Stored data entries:

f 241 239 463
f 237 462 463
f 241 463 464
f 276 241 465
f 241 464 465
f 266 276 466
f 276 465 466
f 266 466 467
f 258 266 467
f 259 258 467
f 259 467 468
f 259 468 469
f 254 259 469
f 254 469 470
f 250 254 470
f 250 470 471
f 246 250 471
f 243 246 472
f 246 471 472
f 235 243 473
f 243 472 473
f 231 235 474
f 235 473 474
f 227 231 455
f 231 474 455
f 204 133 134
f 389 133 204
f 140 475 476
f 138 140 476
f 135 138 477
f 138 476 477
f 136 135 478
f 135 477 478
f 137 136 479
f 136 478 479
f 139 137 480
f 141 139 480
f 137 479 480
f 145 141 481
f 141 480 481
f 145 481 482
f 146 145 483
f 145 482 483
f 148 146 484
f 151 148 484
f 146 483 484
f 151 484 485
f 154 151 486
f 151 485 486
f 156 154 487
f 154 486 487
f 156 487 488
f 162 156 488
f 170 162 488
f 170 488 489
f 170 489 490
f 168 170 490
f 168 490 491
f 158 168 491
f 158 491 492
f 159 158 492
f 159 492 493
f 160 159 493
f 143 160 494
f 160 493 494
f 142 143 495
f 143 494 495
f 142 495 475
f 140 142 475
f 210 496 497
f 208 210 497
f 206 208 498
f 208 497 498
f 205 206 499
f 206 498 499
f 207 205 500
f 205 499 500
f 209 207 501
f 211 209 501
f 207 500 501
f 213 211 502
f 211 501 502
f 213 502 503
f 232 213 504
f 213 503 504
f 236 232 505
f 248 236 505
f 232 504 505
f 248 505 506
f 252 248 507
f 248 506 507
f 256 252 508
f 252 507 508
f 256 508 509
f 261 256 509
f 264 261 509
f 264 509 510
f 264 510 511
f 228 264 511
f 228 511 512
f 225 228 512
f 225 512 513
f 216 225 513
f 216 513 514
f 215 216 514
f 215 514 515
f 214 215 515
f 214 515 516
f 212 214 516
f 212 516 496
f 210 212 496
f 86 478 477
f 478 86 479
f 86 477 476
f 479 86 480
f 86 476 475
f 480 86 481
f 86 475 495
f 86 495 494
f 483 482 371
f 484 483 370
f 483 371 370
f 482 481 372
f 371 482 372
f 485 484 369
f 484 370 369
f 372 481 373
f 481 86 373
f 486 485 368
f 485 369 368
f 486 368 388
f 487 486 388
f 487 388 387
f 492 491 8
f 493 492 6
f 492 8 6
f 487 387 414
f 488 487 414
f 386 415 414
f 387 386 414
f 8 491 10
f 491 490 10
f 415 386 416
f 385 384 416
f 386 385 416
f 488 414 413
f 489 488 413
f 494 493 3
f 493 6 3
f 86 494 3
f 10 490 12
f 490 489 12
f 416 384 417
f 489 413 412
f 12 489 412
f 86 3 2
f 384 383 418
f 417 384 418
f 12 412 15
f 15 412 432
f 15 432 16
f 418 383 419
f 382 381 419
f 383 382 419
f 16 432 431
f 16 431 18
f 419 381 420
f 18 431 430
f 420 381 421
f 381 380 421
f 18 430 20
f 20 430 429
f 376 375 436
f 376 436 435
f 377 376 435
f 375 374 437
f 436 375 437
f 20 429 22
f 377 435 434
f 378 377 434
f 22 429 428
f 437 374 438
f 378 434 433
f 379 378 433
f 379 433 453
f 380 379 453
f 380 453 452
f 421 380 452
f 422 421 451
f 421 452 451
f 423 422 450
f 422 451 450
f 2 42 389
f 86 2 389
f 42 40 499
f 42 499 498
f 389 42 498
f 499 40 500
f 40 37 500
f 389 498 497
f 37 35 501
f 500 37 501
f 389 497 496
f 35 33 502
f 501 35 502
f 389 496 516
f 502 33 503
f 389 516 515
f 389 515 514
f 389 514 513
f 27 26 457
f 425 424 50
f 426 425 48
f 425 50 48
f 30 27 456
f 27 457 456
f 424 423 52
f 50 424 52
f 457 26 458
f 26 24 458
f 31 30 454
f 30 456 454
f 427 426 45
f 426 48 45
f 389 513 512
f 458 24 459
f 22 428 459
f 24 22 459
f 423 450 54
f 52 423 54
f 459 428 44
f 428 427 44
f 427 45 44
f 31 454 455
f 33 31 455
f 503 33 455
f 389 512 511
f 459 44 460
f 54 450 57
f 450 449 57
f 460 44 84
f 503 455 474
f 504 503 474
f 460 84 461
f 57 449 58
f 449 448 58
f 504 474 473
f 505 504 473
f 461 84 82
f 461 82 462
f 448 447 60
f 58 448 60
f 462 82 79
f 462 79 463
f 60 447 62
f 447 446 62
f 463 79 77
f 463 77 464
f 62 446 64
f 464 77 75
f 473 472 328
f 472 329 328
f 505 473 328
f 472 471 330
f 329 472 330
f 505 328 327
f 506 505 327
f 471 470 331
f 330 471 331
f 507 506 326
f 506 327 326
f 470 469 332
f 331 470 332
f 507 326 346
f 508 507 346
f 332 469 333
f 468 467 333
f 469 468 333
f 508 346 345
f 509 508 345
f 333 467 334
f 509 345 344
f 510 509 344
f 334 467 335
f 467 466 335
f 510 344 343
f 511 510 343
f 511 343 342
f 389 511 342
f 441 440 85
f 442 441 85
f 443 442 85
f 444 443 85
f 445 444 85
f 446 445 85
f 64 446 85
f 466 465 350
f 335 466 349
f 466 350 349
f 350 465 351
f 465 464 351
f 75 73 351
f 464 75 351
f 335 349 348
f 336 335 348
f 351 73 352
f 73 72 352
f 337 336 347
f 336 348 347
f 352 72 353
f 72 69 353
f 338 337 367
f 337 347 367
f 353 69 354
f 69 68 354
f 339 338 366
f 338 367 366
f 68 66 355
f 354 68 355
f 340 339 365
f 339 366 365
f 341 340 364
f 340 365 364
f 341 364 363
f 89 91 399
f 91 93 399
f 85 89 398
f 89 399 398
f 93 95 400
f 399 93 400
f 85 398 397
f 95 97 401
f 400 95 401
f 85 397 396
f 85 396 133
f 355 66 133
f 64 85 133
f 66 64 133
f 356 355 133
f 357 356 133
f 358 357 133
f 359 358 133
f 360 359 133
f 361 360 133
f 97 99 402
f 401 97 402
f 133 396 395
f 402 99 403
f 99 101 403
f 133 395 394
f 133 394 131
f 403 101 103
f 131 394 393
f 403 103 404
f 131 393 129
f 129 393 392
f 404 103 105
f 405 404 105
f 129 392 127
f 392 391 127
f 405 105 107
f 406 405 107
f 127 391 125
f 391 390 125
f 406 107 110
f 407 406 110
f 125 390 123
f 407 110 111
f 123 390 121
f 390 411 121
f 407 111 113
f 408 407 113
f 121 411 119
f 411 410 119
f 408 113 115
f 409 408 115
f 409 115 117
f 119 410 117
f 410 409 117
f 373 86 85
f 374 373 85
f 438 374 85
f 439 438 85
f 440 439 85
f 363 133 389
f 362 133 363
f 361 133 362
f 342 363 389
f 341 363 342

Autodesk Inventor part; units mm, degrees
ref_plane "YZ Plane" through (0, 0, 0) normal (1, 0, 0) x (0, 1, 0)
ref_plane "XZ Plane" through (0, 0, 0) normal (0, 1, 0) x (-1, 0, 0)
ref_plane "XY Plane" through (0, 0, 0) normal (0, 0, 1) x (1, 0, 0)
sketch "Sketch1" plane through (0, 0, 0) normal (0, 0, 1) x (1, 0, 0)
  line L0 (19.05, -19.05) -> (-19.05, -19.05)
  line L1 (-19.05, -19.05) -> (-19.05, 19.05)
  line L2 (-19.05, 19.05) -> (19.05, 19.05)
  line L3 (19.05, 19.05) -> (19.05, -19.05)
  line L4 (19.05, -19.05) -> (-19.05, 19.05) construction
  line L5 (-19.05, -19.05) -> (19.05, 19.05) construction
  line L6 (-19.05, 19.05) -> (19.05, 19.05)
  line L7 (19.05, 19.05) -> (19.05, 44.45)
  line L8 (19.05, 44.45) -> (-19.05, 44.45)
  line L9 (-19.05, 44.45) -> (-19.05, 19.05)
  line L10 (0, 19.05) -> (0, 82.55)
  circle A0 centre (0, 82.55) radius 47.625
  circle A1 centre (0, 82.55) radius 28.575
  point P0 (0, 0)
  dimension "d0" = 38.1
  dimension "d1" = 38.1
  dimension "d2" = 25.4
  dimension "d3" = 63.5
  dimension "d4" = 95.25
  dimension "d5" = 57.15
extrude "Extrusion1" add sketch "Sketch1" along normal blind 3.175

Required action
Each line above from the one with "f 137 136 479" up to and including the one with "f 252 248 507" must be set down exactly, and no line outside that span may appear.

Exercise solution
f 137 136 479
f 136 478 479
f 139 137 480
f 141 139 480
f 137 479 480
f 145 141 481
f 141 480 481
f 145 481 482
f 146 145 483
f 145 482 483
f 148 146 484
f 151 148 484
f 146 483 484
f 151 484 485
f 154 151 486
f 151 485 486
f 156 154 487
f 154 486 487
f 156 487 488
f 162 156 488
f 170 162 488
f 170 488 489
f 170 489 490
f 168 170 490
f 168 490 491
f 158 168 491
f 158 491 492
f 159 158 492
f 159 492 493
f 160 159 493
f 143 160 494
f 160 493 494
f 142 143 495
f 143 494 495
f 142 495 475
f 140 142 475
f 210 496 497
f 208 210 497
f 206 208 498
f 208 497 498
f 205 206 499
f 206 498 499
f 207 205 500
f 205 499 500
f 209 207 501
f 211 209 501
f 207 500 501
f 213 211 502
f 211 501 502
f 213 502 503
f 232 213 504
f 213 503 504
f 236 232 505
f 248 236 505
f 232 504 505
f 248 505 506
f 252 248 507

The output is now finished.